Приведенные выше умозаключения Ибн Сины не следует рассматривать как руководство к действию художников и ремесленников. Очевидно, что лучшие саманидские блюда с рыцарскими сценами не были дешевым продуктом и изготовлялись для людей имущих и образованных. А они не могли не быть вовлечены в интеллектуальную атмосферу эпохи одновременного зарождения новой философии, поэзии, архитектуры и искусства. Наконец, для нас, людей своего времени, интересны всевозможные пути развертывания толкований различных аспектов искусства и архитектуры Средневековья. Особенно уязвимым на этом пути является отношение средневековых людей к памяти и воображению. Мы намерены преподнести читателю целый ряд средневековых и современных нам соответствующих воззрений. Вот еще один пример.
В музее Лувра (Париж) и Государственном музее народов Востока (Москва) хранятся два расписных блюда из Восточного Ирана (Нишапур и Самарканд), смысл композиций которых только на первый взгляд различается. На блюде из Лувра представлена в первом приближении не упорядоченная композиция, составленная из множественных атрибутов охоты: здесь и ловчие птицы, и животные, но тут же изображены и оседланные кони с гепардом на крупе (ил. 32). Если вглядеться внимательнее, то окажется, что вся композиция изображения представляет собой движение по спирали справа налево, центром этой спирали является треугольник. Верхней частью этой композиции является каллиграмма (надпись или псевдонадпись).
На блюде из московского музея изображен убранный в латы боевой конь (ил. 30). Что может быть общего между двумя изображениями? Это – отсутствие всадников в обоих случаях. Отсутствующее присутствие всадников подразумевается, как, впрочем, и в вышеприведенном блюде с изображением гепарда в прыжке во время рыцарской охоты. Это обстоятельство еще раз говорит о значительной доле не просто отвлеченных от конкретного сюжета изображений, но и об абстрактном мышлении художников этого времени. И на стенах, и особенно в керамике изображался не кто-то, а некто, целиком и полностью соответствующий доминирующей при Саманидах идее рыцарства.
Несколько слов скажем о боевых конях.
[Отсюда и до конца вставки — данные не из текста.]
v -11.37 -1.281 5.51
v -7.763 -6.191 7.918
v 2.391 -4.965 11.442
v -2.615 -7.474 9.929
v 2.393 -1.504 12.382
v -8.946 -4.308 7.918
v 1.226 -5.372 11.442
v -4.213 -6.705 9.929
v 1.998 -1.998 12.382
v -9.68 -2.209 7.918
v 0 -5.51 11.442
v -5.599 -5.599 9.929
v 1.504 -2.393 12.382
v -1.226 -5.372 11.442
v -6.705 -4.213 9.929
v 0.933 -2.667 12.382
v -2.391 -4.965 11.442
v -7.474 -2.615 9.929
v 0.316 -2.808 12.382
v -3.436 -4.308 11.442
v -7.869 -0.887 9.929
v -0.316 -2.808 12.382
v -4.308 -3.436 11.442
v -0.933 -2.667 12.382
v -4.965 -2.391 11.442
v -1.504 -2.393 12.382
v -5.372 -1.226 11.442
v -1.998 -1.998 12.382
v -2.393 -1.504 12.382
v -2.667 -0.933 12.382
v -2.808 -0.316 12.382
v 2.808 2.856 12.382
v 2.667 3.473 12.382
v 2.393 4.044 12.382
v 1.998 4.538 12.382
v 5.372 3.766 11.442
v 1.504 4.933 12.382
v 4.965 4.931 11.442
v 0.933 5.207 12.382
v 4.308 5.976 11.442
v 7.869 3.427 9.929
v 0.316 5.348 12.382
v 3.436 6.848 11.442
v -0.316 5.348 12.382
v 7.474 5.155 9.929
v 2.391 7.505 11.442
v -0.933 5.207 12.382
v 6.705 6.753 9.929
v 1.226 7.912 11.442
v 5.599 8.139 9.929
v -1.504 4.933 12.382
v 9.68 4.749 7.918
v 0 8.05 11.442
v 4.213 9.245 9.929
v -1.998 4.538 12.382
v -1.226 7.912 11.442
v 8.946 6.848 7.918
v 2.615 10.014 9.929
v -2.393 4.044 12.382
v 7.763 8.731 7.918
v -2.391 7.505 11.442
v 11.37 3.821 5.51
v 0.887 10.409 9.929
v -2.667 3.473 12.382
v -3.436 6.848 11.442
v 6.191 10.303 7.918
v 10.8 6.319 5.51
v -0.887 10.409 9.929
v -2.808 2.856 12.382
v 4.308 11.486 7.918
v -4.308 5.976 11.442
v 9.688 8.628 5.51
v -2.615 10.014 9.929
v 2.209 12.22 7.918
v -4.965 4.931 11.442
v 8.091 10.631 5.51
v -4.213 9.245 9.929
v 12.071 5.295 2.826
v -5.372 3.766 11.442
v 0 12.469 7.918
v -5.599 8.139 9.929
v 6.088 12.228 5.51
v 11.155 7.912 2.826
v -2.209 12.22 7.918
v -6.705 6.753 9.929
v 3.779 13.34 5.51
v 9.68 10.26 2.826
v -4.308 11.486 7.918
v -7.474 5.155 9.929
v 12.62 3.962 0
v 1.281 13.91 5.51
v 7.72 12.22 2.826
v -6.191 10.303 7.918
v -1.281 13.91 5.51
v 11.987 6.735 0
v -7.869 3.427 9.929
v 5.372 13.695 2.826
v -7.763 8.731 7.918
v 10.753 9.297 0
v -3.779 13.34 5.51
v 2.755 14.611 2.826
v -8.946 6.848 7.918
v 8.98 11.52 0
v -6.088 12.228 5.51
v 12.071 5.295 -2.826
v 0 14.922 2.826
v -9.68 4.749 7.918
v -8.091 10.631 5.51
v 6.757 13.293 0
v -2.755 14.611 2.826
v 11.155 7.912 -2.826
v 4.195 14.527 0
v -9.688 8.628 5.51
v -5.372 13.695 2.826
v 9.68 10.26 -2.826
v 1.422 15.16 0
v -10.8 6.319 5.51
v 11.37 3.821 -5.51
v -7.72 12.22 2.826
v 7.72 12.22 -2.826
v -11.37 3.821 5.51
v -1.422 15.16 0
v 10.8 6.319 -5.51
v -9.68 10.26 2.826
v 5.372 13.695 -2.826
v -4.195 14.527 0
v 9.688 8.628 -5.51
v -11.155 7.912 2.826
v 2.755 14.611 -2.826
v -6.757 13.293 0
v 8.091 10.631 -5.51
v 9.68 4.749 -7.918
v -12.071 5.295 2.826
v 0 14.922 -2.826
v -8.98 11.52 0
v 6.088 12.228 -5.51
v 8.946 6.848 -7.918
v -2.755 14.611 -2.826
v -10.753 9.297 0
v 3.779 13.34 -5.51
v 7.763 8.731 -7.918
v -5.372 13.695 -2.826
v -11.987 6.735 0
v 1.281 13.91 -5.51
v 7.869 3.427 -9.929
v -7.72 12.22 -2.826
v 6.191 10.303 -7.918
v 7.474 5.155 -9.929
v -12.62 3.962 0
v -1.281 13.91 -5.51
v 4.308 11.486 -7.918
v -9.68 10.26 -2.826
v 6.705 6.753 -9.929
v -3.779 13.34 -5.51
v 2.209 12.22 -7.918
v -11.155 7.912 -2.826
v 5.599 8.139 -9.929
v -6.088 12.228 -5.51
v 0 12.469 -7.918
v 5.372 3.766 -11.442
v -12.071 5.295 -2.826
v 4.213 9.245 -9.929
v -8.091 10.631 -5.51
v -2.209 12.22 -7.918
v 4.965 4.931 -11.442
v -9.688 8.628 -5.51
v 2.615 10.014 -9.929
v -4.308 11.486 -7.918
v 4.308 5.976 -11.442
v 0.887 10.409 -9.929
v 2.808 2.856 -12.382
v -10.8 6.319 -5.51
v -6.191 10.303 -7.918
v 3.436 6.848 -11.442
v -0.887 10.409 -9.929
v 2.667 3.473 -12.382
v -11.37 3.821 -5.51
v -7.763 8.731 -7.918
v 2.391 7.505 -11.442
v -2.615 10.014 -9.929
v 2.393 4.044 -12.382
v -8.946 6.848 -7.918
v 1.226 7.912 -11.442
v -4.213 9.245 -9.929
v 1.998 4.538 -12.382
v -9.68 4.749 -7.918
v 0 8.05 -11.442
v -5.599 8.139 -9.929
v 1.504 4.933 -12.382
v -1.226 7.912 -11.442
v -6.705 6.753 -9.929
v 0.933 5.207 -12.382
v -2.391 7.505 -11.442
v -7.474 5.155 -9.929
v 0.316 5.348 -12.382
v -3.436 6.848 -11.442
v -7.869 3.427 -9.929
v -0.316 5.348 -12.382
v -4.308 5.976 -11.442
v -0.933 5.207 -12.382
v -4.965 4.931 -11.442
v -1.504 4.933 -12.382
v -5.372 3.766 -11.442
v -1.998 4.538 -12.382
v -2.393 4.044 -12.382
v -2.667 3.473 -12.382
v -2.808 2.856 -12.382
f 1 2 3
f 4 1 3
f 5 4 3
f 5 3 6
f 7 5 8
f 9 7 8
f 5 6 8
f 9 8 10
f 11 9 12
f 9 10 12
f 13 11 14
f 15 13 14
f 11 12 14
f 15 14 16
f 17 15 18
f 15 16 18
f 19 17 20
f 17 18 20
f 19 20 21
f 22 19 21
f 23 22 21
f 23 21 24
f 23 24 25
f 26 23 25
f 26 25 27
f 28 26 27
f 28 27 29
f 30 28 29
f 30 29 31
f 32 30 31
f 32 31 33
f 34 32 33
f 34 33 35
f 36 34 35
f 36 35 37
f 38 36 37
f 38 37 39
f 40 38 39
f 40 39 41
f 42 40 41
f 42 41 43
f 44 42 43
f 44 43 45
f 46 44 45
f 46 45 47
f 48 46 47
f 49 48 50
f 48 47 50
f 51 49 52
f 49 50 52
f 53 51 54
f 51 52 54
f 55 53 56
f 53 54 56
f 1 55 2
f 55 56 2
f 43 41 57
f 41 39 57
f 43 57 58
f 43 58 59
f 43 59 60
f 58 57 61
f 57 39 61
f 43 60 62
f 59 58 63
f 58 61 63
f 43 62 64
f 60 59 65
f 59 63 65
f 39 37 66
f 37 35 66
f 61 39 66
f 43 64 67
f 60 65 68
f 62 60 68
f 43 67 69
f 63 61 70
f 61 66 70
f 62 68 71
В «Шах-наме» Фирдоуси коням основных героев даны клички, некоторые из которых утвердились в богатой именной структуре иранской культуры 127. Эти имена переходили на коней реальных людей иранской истории. Назовем некоторые из имен боевых коней: у Рустама коня звали Рахш, у Сиявуша – Шабранг, у Кай Хосрова – Бехзад… Напомним еще раз – текст «Шах-наме» предназначен не для памяти о прошлом, он создавался во имя нерушимости рыцарской идеи в прошлом, настоящем и будущем. Эта идея жила в культуре иранцев во все времена, а именная структура эпоса является до сих пор свидетельством этого.
Над боевым конем на блюде из Московского музея изображена летящая птица. В Самаркандском государственном музее хранится блюдо X – начала XI в. с образом летящей птицы, довольно близко напоминающей птицу из Московского музея (ил. 31). В который раз в нашей книге мы сталкиваемся с изображением птиц, как сопутствующих образам рыцарей, так и представленных автономно. Птица олицетворяет удачу, славу (перс, фари или араб, баракат), что столь необходимо воинам.
Цель творческого цеха эпохи династии Саманидов состояла вовсе не в заимствовании прошлого, а в продолжении того эпического стиля и дискурса, посредством которых смог осуществиться легко узнаваемый облик различных памятников культуры. Сказанного мало, ибо, как блестяще показал М. Мерло-Понти, восприятие есть не воспоминание, а углубление в избранный горизонт прошлого и последовательное развитие предпочтенных перспектив 128. Такой перспективой в этническом сознании иранцев и был эпический дискурс, одним из воплощений которого и были сцены, которые сейчас называют тронными.
И еще об одном.
Неустранимый фактор телесности в сюжетах саманидской керамики и настенных изображений Х-ХІ вв. в домах и дворцах Хульбу-ка, Самарканда, Нишапура и Лашкар-и Базара (Афганистан) в сопряжении с эпическим стилем телесности преподает нам в полной мере их «наглядный характер». Что такое наглядный характер? Это понятие уникальности, итогового восприятия, феноменологического усвоения вещи, все это было названо Хансом Зедльмайром наглядным характером (“anschauliche Charakter”, разработанный и заимствованный автором терминологический оборот у Георга Зиммеля 129). Именно наглядный характер телесности саманидских изображений наделяет гештальтом всю целостность и упорядоченность эпического дискурса саманидского времени – керамические и настенные фигуры, как и позднее возникший текст «Шах-наме».